Hey everyone,I'm a Junior in college, and have dealt with IBS-D since I was 10 if not earlier -- but just got an actual diagnosis 2 years ago (and you should've heard some of the 'diagnoses' I got stuck with before that!).I'm wondering if any of y'all have had problems with needing to leave class either early or in the middle of class... for that dreaded reason that we all know too well. If so, do you ever have any problems specifically with the prof calling you out on it? My SO is an IBS-D-suffering-student also, and he has one class where the prof actually locks the door during and won't let anyone leave - hell for him some mornings. Hearing about that from him has got me freaked out, and while I haven't had too much trouble in the past I'm worried it might happen to me now. I have anxiety-induced episodes and just the thought that this *could* happen is of course enough to drive me batty.So anyway, I don't know if this is too long or convoluted, but I'm just happy to find a place I can vent at and get help from sympathetic listeners -- so if someone has experience with a situation like this, or just some advice in general, I'd really appreciate it!-Z


----------



## erbu (Oct 7, 2004)

Well I have the same problem in the university. So I always sit next to the door. If a profesor would decide to lock the door I will not go into class. Rater, if this is an important class I will ask to meet him and let him know my problem. There is no shame, and proffessors are not gods, believe me I am now in my 9th yeat at the academy.


----------



## LoneDoc (Aug 25, 2004)

You need to explain your problems to the professor.
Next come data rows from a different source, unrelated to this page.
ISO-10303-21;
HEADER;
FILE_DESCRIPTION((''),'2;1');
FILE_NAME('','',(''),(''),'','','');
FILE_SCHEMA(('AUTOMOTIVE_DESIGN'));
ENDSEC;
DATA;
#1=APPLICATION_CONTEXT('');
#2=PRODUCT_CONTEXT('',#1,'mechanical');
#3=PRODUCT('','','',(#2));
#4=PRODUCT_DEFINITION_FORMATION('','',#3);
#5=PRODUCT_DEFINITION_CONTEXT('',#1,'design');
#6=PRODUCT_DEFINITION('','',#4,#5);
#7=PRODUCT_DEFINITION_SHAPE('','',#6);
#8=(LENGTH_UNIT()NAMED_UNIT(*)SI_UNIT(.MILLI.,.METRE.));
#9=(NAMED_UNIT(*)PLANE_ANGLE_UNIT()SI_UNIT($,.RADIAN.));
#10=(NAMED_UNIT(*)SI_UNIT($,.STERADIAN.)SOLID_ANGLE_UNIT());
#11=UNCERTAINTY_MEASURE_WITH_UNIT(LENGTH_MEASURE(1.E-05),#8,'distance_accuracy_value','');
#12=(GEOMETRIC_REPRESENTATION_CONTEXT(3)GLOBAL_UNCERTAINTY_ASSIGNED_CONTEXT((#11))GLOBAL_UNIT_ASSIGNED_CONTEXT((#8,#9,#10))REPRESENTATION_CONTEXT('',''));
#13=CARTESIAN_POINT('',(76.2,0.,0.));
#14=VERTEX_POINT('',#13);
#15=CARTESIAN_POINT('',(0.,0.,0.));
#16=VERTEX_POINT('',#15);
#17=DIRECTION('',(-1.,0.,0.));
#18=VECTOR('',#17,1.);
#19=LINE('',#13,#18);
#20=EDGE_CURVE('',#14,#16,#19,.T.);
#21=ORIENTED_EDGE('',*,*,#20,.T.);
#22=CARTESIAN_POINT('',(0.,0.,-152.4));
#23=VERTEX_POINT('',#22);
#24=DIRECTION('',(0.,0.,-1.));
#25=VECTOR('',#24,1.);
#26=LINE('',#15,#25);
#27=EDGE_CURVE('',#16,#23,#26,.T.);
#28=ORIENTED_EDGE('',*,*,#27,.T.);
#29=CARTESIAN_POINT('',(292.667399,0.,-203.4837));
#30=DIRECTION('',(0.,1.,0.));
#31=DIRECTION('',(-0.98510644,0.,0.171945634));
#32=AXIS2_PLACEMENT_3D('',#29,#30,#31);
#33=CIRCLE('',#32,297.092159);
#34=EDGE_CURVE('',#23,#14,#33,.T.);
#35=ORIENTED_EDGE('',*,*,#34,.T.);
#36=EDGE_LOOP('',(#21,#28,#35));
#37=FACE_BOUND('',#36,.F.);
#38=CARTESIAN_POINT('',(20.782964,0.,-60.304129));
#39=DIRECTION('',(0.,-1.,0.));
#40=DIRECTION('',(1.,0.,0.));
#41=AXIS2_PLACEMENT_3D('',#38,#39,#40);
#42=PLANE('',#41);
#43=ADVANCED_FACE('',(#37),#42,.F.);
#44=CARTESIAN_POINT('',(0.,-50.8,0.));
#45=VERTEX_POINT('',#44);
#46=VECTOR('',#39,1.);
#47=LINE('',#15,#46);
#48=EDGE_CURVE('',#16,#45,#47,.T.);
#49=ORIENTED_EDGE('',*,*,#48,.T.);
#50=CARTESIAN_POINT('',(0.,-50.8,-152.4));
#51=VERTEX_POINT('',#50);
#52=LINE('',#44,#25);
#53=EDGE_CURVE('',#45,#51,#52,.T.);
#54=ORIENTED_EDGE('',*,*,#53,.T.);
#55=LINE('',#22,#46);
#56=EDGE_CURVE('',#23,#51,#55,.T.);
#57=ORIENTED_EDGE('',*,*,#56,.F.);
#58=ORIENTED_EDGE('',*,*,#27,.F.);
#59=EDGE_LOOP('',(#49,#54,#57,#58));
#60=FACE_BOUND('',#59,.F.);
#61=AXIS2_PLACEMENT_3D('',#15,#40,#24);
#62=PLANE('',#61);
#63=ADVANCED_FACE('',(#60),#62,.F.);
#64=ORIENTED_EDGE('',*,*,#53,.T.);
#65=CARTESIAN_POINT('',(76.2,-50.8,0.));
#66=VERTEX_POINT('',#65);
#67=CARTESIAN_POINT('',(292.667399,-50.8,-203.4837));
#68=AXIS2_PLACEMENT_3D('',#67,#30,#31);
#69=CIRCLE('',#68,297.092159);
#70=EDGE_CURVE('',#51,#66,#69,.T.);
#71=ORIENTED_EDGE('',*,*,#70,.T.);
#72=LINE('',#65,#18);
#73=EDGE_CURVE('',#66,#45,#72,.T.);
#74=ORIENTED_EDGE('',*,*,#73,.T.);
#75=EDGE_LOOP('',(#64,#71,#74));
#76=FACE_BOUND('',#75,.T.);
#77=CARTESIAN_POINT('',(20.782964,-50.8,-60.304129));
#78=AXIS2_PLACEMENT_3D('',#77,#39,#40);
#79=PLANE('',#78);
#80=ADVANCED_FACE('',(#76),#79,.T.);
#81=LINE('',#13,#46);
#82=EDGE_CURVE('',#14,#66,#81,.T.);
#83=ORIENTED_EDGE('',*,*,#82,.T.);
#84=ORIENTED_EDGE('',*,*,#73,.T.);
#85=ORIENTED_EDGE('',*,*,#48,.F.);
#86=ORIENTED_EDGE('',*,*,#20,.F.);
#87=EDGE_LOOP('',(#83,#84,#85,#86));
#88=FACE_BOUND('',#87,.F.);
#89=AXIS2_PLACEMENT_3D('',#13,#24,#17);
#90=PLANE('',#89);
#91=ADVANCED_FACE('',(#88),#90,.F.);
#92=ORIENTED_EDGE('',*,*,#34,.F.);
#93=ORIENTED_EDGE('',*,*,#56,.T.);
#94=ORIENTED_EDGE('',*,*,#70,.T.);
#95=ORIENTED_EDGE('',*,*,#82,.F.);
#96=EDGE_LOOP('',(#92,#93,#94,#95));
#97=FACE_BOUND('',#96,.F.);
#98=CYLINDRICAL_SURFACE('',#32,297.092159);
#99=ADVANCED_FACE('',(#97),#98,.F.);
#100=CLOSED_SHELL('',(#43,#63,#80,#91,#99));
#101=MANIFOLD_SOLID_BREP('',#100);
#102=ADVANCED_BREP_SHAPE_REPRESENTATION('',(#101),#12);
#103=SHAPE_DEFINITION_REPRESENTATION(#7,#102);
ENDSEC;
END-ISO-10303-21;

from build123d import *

# Parameters (mm, degrees)
F1_DEPTH = 50.8


with BuildPart() as f1:
    # F0 (on Front) → F1 (new body)
    with BuildSketch(Plane.XZ):
        with BuildLine():
            Line((76.2, 0), (0, 0))
            Line((0, 0), (0, -152.4))
            ThreePointArc((0, -152.4), (26.940094, -70.620047), (76.2, 0))
        make_face()
    extrude(amount=F1_DEPTH)


solid = f1.part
If the professor does not understand, take it up with the head of his department. If they don't understand, take it up with the dean. Just work your way through the chain of command. Professors are people, too, but they have issues understanding sometimes. Locking the doors is a major fire hazard and I'm sure violates your university's policies. It certainly does at the university I currently work for. When I was in college and graduate school there was a professor or three who thought it was rude that I walked out on their class. I simply sent an email to him explaining my condition (helps if you have a doctor's note as well) and there was never an issue again. I'm sure there won't be any problems in your situations either.Doc


----------



## Guest (Oct 9, 2004)

I am missing class right now. And after all these years, I still feel guilty about it. What's with that?! It's not like I can help it. I never really had a problem with leaving a big class, or one where I didn't really like the prof. But this is the last class I will ever have to take--I'm about 6-8months from finishing my Masters degree--and the prof is such an attendance stickler. I don't know what to do! I warned her at the start of the semester that I have a chronic condition and will probably miss a couple classes, but she really doesn't seem very understanding. For the first time in a while, I'm affraid it will affect my mark, and I don't want her to think I'm making it up!I emailed the Centre for Students with Disabilities this morning, to see if they can help me, because I'm fed up with having to deal with these things. She wants a doctors note for every absence. And I'm not about to waste my time and the doctors getting silly notes for a chronic illness that I've had since I was seven!!!Arg. I'm so frusterated right now. Blah.midge.


----------



## Zee (Oct 5, 2004)

Thanks for all the support -- appreciate it muchly.Question though: When you get these notes from your doctor(s), what/how exactly are they written? Or when you e-mailed your prof, Lone Doc, what did you tell him? I guess to put it bluntly - I have a problem explaining myself and this situation to people. Basically I feel like way too many see ye olde IBS as something that is 1) "all in your head" (argh!), or 2) A non-serious problem (e.g., I'm not the diabetic student who has a "legitimate" reason from leaving)... and I don't exactly feel comfortable telling the entire departmental chain of command that I have to leave class to use the bathroom!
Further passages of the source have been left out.